In a RAID 0, if one drive fails you lose all data. Each of your drives has 50% of the data. So while you have speed you have no redundancy or parity. That's the risk of performance.

I'd go with a single SSD and call it a day, sure if you lose the single drive you lose your data too, but you double your risk of failure with a RAID 0 dual-drive config as each drive has a chance to fail. You also come close to doubling performance and would save money for about the same amount of space. Comes down to what you want to do, if the performance boost is worth it, and if you're comfortable with the risks involved. 

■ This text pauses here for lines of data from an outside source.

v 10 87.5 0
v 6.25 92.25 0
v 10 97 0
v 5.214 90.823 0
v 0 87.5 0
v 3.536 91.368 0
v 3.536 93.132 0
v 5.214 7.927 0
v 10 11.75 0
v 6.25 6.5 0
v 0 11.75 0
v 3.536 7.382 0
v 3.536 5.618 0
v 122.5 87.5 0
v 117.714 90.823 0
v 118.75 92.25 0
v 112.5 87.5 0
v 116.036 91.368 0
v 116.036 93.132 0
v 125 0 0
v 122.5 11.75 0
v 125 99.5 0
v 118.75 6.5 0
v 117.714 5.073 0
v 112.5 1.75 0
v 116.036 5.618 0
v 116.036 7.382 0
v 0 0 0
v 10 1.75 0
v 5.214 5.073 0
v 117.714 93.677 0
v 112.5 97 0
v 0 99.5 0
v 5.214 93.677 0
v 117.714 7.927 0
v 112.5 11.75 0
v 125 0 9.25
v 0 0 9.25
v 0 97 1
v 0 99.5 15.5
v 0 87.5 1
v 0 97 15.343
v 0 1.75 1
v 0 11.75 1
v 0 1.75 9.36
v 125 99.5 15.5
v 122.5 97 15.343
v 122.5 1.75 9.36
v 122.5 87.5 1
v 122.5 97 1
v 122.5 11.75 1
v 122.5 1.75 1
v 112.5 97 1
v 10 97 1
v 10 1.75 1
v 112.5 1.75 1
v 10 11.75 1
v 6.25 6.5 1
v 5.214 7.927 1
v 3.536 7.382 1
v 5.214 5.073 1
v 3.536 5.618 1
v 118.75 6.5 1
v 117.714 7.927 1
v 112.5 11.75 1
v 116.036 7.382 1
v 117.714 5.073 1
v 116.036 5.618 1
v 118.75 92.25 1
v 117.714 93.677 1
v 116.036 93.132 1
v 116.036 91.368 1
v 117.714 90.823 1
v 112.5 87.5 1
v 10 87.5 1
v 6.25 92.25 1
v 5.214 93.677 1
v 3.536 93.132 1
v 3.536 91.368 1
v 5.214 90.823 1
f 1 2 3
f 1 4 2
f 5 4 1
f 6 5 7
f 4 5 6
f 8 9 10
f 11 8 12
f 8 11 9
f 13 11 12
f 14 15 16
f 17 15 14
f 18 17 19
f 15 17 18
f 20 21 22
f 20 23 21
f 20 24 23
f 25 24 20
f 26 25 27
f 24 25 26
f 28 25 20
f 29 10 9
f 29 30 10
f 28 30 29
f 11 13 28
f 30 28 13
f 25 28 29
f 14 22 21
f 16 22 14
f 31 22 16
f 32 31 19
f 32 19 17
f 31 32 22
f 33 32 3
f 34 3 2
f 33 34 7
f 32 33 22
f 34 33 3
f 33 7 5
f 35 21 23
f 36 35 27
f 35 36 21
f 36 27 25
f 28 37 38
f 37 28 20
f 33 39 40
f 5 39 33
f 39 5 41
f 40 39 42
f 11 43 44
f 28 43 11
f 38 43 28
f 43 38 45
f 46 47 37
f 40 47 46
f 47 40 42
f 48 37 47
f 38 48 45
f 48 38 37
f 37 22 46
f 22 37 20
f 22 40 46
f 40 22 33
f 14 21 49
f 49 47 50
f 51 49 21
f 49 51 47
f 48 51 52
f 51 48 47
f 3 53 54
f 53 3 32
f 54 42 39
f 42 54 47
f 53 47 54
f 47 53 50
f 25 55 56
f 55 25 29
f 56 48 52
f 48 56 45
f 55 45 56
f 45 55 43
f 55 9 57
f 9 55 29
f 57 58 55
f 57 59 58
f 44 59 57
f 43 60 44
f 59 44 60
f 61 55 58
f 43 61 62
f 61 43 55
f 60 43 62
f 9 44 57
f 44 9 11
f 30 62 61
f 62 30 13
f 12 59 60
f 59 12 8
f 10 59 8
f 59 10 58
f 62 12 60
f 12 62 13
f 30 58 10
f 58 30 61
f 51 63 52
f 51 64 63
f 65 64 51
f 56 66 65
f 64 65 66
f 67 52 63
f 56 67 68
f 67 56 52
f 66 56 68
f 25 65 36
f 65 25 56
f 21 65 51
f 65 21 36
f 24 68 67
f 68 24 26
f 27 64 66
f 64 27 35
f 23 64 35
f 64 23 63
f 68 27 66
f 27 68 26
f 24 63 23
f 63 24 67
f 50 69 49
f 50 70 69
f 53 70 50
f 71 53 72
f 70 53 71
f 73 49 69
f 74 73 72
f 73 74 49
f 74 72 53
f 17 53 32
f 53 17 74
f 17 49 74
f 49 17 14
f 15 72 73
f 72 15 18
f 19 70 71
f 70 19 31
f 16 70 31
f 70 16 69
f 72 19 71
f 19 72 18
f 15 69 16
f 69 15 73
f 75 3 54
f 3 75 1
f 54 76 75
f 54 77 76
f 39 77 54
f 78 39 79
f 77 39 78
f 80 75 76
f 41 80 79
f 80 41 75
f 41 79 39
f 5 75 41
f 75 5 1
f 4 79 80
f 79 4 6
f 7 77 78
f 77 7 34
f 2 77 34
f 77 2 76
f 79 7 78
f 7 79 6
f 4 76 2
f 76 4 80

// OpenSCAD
// Create the rightmost component of a mechanical keyboard case

// Define the outermost points of the casing
wallPoints = [
    [0,0,0],
    [125,0,0],
    [125,99.5,0],
    [0,99.5,0],
    [0,0,9.25],
    [125,0,9.25],
    [125,99.5,15.5],
    [0,99.5,15.5]
];

// Define a 2D array containing the point ordering to create the facade of the case
wallFaces = [
  [0,1,2,3],  // bottom
  [4,5,1,0],  // front
  [7,6,5,4],  // top
  [5,6,2,1],  // right
  [6,7,3,2],  // back
  [7,4,0,3]   // left
];

/* Create the right hand side of the casing
 *
 * Take the difference of the polyhedron the makes up the case with a cube smaller 
 * than the polyhedron with an offset of 2.5mm on the X & Y axes  
 */
difference() {
    polyhedron(wallPoints, wallFaces);
    translate([0,1.75,0]) {
        cube([122.5,95.25,16]);
    }
}

// Define constants used for supports that will attach the case to the frame
raftSideLength = 10;
raftHeight = 1;
raftScrewHoleRadius = 1.5;
screwHoleOffset = 4.75;

// Create four rafts (one in each corner) that will be used to secure this part to the steel plate
translate([0,1.75,0]) {
    difference() {
        cube([raftSideLength,raftSideLength,raftHeight]);
        translate([screwHoleOffset,screwHoleOffset,0]) {
            cylinder(h=raftHeight, r=raftScrewHoleRadius);
        }
    }
}

translate([112.5,1.75,0]) {
    difference() {
        cube([raftSideLength,raftSideLength,raftHeight]);
        translate([screwHoleOffset,screwHoleOffset,0]) {
            cylinder(h=raftHeight, r=raftScrewHoleRadius);
        }
    }
}
translate([112.5,87.5,0]) {
    difference() {
        cube([raftSideLength,raftSideLength,raftHeight]);
        translate([screwHoleOffset,screwHoleOffset,0]) {
            cylinder(h=raftHeight, r=raftScrewHoleRadius);
        }
    }
}

translate([0,87.5,0]) {
    difference() {
        cube([raftSideLength,raftSideLength,raftHeight]);
        translate([screwHoleOffset,screwHoleOffset,0]) {
            cylinder(h=raftHeight, r=raftScrewHoleRadius);
        }
    }
}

If it were me, I'd still go single drive...but RAID 0 can be fun to play with on non-critical applications.


----------



## Sasqui (Oct 13, 2017)

Someone here did do two SSD drives in RAID 0, they showed a bandwidth over 1,000 MB/s!

Only problem is I can't remember who or what thread I saw that


----------



## puma99dk| (Oct 13, 2017)

I agree with @Kursah no point in RAID0 with no redundancy, then u would need 3x500GB if u want RAID, if it's the speed u want from RAID why not just enable RAPID mode and call it a day?


----------



## Rehmanpa (Oct 13, 2017)

Guess I could always just buy 1 500gb drive and get another one later and use it as storage or sonething. It seems raid 0 wouldn't be worth doing but raid 5 with 3 might be.


----------



## Gasaraki (Oct 13, 2017)

Rehmanpa said:


> Title states it all, which will be better, 2 500gb 850 evo running raid 0 or a single 1tb 850 evo? I think with the raid 0 they would be the same size as the 1tb but twice as fast??
> 
> Edit: will be using for main system disk (it will have only one drive and it'll also be the boot drive). Idk if booting off of raid is bad or not.

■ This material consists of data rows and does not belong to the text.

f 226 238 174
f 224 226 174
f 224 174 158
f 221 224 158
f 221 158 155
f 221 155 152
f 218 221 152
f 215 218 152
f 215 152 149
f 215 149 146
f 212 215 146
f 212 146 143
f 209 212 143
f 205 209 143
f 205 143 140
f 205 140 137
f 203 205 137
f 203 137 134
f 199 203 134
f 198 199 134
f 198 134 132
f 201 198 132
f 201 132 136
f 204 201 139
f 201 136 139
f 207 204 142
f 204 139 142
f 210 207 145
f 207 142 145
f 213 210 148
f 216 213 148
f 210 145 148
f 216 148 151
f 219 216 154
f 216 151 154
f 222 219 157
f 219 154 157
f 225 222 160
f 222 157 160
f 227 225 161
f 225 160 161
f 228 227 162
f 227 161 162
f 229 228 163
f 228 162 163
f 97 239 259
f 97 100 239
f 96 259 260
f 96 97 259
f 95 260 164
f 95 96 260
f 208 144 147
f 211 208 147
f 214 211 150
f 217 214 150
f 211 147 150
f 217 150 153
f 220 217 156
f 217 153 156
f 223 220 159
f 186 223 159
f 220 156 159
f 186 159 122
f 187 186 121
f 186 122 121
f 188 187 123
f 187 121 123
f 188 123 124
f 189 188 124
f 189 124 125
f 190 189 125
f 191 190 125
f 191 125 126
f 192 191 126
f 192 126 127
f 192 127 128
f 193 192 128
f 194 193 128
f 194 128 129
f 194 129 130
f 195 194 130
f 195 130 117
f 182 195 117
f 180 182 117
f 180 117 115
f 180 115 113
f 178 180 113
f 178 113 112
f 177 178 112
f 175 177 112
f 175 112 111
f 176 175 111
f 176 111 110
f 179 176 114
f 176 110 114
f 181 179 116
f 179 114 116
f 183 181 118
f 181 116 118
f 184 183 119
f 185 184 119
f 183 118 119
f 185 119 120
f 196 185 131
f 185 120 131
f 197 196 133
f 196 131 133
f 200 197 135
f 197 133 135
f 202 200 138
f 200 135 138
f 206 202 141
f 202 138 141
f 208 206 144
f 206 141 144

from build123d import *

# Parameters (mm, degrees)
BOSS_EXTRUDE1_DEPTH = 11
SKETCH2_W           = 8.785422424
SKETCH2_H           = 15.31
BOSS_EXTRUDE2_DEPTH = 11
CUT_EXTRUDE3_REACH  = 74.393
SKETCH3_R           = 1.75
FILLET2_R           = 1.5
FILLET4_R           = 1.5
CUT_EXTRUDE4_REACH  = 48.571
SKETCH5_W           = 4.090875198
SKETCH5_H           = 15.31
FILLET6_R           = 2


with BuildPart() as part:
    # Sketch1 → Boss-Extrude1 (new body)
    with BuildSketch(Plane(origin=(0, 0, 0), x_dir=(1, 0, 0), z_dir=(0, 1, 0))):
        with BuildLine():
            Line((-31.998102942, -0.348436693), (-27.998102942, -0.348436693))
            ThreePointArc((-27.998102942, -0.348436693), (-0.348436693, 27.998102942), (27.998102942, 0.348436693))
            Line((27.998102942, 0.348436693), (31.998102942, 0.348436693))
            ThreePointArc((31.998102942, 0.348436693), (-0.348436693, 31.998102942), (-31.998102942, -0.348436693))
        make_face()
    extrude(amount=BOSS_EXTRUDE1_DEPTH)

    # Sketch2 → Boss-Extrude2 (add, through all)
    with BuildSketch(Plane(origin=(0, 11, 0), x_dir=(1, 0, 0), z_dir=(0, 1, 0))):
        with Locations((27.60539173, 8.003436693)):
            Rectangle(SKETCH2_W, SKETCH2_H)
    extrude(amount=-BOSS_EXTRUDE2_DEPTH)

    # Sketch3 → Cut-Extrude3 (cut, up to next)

"Better" means different things to different people. In terms of performance the RAID 0 will be better but then you have twice the chance of a hard drive failure. For me I back up stuff so I'll take the performance any day.


----------



## Kursah (Oct 13, 2017)

Rehmanpa said:


> Guess I could always just buy 1 500gb drive and get another one later and use it as storage or sonething. It seems raid 0 wouldn't be worth doing but raid 5 with 3 might be.



RAID5 would provide parity, but you'd gain no write performance, only read. It would however allow a single drive to fail and the array to not totally kick the bucket due to maintaining parity between the three drives to ensure two drives have enough to rebuild the third. Keep a spare drive handy though, so you can swap it in and rebuild the array ASAP. You don't want to wait and risk a second failure.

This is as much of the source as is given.